Secondly, due to the development of this model mainly from questionnaire sheets without in-person consultation, information was lacking on specific drug use, comorbidities, or dietary habits, which can be potential headache-inducing factors. Moreover, data on neurological symptoms, vital signs, and other medical history were not collected. Therefore, using only the questionnaire sheets for migraine or non-migraine headache diagnoses does not allow us to ascertain their complete compatibility with clinical diagnosis by doctors. Additionally, the validity of ICHD-3 as a diagnostic tool for pediatric migraines has been a subject of discussion [97]. In clinical settings, a face-to-face consultation is obviously necessary to diagnose pediatric migraine.
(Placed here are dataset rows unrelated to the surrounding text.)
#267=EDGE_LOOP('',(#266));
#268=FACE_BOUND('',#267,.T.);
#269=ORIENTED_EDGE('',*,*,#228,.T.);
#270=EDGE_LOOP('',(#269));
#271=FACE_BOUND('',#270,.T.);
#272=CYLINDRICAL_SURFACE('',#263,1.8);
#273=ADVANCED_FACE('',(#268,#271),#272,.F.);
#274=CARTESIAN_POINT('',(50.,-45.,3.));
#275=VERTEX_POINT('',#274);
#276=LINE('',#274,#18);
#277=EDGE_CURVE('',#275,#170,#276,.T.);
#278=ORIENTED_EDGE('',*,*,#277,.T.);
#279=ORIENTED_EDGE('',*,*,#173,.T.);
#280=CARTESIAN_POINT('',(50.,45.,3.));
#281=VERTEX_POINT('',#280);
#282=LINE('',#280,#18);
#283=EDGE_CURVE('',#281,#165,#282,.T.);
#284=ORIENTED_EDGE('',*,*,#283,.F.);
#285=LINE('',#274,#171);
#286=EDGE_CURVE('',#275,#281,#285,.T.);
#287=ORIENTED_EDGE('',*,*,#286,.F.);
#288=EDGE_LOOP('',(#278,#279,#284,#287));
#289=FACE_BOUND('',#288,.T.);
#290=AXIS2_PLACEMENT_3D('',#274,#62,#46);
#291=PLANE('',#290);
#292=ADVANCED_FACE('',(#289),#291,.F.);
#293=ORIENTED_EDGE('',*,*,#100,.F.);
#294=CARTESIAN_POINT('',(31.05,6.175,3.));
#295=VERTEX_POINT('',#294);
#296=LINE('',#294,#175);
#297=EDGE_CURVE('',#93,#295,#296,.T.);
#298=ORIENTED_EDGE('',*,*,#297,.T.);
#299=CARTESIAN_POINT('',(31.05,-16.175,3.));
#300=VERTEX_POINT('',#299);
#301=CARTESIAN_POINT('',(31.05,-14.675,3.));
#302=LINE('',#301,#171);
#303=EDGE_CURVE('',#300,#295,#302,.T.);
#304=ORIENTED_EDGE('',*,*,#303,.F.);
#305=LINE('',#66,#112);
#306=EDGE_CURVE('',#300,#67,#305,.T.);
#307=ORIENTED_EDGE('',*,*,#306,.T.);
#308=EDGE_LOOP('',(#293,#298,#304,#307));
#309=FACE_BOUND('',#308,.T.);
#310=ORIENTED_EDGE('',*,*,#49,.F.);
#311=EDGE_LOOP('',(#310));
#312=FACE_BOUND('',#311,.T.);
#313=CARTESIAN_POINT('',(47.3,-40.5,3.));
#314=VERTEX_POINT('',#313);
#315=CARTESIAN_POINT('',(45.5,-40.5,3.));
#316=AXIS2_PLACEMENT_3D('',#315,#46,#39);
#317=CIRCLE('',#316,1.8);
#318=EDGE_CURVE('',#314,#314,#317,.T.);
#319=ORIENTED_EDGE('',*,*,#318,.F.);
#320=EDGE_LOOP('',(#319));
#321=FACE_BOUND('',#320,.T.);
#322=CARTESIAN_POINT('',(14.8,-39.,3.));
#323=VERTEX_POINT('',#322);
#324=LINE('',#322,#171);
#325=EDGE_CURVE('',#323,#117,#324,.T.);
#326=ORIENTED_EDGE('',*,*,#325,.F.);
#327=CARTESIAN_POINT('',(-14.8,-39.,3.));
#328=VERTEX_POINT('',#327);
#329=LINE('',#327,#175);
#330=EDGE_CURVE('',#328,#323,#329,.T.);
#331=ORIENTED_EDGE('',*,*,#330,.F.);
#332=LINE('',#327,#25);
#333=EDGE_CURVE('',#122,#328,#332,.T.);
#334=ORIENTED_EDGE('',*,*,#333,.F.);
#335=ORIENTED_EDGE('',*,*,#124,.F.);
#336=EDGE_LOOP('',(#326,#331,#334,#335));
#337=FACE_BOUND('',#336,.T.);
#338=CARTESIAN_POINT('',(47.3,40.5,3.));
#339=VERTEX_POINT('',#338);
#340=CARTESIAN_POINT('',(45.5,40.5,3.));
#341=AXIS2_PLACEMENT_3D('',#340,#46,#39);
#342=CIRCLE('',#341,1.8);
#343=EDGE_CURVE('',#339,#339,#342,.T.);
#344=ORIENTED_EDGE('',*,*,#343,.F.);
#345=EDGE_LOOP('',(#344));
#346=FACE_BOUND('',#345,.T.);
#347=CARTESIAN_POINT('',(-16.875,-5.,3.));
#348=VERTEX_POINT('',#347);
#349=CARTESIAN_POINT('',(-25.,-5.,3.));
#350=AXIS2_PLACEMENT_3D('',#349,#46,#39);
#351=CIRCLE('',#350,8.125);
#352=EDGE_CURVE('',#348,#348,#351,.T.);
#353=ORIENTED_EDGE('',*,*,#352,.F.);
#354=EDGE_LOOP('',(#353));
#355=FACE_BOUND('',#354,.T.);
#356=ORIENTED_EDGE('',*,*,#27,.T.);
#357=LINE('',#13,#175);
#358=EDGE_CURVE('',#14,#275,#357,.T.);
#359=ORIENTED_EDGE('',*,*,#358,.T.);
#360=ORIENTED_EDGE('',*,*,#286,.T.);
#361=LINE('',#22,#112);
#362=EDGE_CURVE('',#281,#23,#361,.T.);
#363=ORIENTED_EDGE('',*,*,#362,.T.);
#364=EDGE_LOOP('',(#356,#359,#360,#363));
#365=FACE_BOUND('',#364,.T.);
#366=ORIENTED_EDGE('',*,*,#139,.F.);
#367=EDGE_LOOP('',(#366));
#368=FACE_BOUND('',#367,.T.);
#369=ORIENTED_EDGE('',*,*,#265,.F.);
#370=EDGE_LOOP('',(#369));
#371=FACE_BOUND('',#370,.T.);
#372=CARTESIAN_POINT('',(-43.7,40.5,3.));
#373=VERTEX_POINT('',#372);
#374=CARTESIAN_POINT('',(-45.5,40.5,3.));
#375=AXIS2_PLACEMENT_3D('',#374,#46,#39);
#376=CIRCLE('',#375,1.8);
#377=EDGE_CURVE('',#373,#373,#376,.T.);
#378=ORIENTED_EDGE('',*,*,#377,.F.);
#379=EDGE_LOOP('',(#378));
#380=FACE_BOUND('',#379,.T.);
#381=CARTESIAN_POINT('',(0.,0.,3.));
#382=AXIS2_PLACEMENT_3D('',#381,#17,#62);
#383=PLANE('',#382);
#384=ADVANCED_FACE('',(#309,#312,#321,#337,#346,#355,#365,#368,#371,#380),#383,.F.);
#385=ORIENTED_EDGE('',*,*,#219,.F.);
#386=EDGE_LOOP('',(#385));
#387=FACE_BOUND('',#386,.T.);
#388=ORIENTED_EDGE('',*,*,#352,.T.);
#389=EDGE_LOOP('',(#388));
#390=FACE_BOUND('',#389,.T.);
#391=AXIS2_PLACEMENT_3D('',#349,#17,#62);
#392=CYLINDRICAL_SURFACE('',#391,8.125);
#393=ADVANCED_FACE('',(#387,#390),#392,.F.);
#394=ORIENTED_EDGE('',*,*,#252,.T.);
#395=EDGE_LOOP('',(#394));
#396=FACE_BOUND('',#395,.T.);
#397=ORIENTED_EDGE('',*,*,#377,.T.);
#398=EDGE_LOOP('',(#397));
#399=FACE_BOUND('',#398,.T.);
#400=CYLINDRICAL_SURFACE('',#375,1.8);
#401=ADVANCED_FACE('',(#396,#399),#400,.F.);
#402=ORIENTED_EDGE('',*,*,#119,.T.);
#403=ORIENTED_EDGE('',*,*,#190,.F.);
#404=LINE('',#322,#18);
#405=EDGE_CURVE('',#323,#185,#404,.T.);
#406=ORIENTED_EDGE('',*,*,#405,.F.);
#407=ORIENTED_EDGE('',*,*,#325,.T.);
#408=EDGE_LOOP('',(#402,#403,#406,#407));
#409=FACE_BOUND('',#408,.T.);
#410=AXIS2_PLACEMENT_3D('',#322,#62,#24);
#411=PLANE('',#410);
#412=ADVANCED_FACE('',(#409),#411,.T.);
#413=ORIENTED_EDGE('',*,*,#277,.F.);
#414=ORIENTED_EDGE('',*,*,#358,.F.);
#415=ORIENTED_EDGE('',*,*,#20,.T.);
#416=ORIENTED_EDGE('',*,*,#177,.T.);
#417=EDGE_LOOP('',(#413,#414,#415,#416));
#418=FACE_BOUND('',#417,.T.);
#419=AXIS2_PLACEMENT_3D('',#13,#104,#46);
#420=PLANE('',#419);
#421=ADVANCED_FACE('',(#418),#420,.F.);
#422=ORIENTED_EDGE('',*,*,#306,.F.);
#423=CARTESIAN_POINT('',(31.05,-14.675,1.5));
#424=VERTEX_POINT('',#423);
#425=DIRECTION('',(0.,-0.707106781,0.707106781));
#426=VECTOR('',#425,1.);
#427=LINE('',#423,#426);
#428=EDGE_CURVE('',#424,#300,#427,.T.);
Lastly, to reduce the risk of misdiagnosing potentially life-threatening conditions, a diagnostic tool must exhibit good specificity for secondary headaches. An ideal approach would involve developing an AI-based diagnostic tool that takes into account the patient’s medical history, neurological findings, and the results of radiological and laboratory tests to effectively rule out secondary headaches.

Conclusions

This study involved the development of an AI-based diagnosis model specifically designed for pediatric and adolescent migraine using data from 909 patients. The model exhibited high diagnostic performance for identifying migraine cases accurately. The accuracy, sensitivity (recall), specificity, precision, and F-value for migraine were, respectively, 94.5%, 88.7%, 96.5%, 90.0%, and 89.4%. The ROC for migraine diagnosis, along with its AUC, was 0.99. This AI-based diagnostic tool shows promise in addressing the challenges of underdiagnosis and undertreatment of pediatric and adolescent migraine cases by non-headache specialists. However, it is essential to acknowledge certain limitations of the model, primarily due to its reliance on data obtained from questionnaire sheets. Consequently, there remains a possibility of misdiagnosis. To ensure the model’s reliability in clinical settings, further data collection and validation efforts are necessary. These steps will help enhance the model’s accuracy and usability, ultimately improving the care and management of pediatric and adolescent migraine patients.